Four months later the animal once again showed signs of discomfort, inappetence, regurgitation and salivation. Finally he vomited chewed bark and milk. He did not respond to the treatment with antibiotics, NSAIDs and Buscopan.

He was sedated again for three hours (same drugs as before?), initially standing and then recumbent. The oesophagus was blocked and passage of a tube failed. However, large volumes of chewed bark could be removed manually from the oro- and nasopharynx. The pharynx and oesephagus were completely blocked with chewed bark. A large-bore tube (diameter?) was introduced into the proximal oesephagus and a small-bore tube within it attached to a hose pipe was used to flush (how was the water pumped into the small-bore tube?) the oesophagus and pharynx. At the same time high volumes of intravenous fluids and rectal fluids were administered.

After this procedure, antibiotics and NSAIDs, steroids were given for .......... days. Sildanefil rectally was used to try and relax the cardiac sphincter.

 

The following day the elephant was anesthetized and went into lateral recumbency. Medetomidine/butorphanol (dosages?) was used for induction of anaesthesia, which was maintained with intravenous ketamine (dosage?). A cuffed endotracheal tube (diameter? that was normally used for lions) was inserted into the trachea. The two tubes as described above were introduced into the oesophagus. Large volumes of finely chewed bark were flushed from the oesephagus, through the mouth and trunk (hand pump?). A handful of 12mm gravel was also recovered. Eventually the oesophagus and the stomach were cleared from these materials. No abnormalities gross lesions were seen with the endoscope. The oesophagus was suspected to be flaccid and dilated, with possible damage at the level of the cardiac sphincter, possibly caused by impaction with gravel.

During (and after?) anaesthesia high volumes of intravenous and rectal fluids were given.

Grey, hard stools were being passed irregularly.

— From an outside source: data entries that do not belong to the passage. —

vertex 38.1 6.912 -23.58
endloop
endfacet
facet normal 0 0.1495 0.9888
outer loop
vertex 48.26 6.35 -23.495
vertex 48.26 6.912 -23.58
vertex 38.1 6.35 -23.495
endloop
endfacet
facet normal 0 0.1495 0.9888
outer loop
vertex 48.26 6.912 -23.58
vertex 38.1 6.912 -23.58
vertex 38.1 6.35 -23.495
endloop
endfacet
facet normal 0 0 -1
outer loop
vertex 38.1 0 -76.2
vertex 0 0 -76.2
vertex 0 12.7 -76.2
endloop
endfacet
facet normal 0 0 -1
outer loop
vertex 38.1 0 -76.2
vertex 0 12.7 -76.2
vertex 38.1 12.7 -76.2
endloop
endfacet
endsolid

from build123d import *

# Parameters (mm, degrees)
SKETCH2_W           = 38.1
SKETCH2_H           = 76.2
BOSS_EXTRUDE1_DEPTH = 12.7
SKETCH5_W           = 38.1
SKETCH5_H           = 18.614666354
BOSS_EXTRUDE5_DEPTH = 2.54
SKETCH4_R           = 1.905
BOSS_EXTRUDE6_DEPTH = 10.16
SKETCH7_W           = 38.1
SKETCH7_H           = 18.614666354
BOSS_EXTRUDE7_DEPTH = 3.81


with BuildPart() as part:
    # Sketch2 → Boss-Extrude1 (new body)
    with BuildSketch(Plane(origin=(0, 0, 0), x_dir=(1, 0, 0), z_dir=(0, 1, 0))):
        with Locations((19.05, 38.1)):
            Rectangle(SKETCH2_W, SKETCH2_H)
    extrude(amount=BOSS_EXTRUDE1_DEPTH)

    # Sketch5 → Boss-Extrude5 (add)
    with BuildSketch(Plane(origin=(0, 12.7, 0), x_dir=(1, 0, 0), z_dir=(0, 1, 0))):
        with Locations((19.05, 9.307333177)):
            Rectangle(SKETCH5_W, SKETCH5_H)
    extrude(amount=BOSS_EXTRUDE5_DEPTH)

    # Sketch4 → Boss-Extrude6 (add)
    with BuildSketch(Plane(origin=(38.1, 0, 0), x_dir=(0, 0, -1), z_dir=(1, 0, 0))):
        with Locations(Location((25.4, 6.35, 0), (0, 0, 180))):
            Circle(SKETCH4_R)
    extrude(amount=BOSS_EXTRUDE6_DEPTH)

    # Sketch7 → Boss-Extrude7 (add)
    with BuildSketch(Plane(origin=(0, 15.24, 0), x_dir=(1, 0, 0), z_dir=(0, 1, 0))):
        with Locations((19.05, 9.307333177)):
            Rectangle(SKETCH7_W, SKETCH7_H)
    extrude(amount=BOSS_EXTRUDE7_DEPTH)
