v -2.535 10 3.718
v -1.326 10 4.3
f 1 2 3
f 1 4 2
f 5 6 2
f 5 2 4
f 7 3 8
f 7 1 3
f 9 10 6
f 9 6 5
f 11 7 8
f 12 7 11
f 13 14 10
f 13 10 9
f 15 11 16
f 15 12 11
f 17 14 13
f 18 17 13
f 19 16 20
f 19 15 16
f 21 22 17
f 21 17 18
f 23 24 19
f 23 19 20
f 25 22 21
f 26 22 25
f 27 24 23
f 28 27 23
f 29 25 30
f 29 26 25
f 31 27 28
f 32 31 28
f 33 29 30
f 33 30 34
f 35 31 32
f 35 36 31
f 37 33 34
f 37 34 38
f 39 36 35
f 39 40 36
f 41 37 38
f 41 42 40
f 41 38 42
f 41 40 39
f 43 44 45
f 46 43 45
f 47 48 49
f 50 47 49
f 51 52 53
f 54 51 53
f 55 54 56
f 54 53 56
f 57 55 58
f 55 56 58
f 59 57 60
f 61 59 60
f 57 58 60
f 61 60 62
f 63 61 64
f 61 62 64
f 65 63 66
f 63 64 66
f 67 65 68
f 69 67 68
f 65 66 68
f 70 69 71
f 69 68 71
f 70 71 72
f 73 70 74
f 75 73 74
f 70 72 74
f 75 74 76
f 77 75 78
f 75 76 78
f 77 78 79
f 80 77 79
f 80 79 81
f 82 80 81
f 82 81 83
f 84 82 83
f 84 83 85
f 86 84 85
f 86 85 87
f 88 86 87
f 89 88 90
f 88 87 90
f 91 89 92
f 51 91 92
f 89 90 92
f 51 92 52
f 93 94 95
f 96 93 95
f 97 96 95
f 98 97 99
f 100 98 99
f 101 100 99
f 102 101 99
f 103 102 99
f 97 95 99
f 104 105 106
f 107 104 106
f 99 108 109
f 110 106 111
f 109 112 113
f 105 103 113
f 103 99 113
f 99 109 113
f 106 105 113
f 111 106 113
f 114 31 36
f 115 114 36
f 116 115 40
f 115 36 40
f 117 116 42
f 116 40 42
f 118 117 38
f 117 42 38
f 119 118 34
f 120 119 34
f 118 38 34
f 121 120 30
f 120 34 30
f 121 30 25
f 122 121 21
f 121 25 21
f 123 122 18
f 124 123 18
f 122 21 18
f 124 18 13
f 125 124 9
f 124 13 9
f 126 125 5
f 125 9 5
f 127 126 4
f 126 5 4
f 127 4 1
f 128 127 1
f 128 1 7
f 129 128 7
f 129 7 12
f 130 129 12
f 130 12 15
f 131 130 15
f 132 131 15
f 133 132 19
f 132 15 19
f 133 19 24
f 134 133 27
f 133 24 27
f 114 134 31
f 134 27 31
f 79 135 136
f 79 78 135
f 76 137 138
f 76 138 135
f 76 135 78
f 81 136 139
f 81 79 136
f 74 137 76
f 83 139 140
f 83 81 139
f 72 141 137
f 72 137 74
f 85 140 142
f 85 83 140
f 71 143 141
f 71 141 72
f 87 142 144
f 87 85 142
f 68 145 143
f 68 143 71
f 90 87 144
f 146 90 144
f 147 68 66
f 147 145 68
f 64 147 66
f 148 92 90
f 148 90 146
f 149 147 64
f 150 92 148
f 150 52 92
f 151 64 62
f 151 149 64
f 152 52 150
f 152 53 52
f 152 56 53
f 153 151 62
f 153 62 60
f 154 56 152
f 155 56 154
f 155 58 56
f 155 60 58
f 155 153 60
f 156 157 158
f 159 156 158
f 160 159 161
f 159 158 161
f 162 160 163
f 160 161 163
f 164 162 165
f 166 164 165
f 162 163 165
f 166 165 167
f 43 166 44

A secondary impaction as a result of pain and dehydration was suspected. No discomfort was observed. Fluid, intravenous and rectal continued during ..... days after anaesthesia. Finadyne was given at lower dose (how much, how long, way of administration?) to treat the impaction. Oral fluids were being swallowed and volumes were slowly increased (how much per day?).

The administration of antibiotics was continued as complications in the form of a regurgitation pneumonia were anticipated.

 

The prognosis for full recovery was guarded as recurrence was anticipated. In the following 2 months, the elephant went through several similar episodes, which luckily resolved on their own. Repeated bouts of pneumonia were expected, which need to be treated aggressively each time they occur. This follows a classic congenital abnormality/megaoesephagus pattern but in this case the damage resulting in the impaction may be the result of injuries from the original fire, possibly by inhalation. However, it cannot be ruled out that this animal is just a naughty, hand-reared baby elephant eating strange objects.

 

Treatment results

Two months after the last treatment the elephant calf is recovering well, tired but improving. Showing some discomfort in one leg. Suspect an infection or damaged areas of skin with secondary infection. He showed ventral oedema which improved with a course of antibiotics (which one, how long?). It appears that areas of skin are sloughing off. Antibiotic treatment has been instituted (which one, how long?). The skin problems are suspected to be part of a systemic infection originating from a regurgitation pneumonia. Another theory to explain the skin necrosis is the involvement of an autoimmune circulatory component as there had been peripheral lesions on the ears at the start of treatment, which later also showed oedema.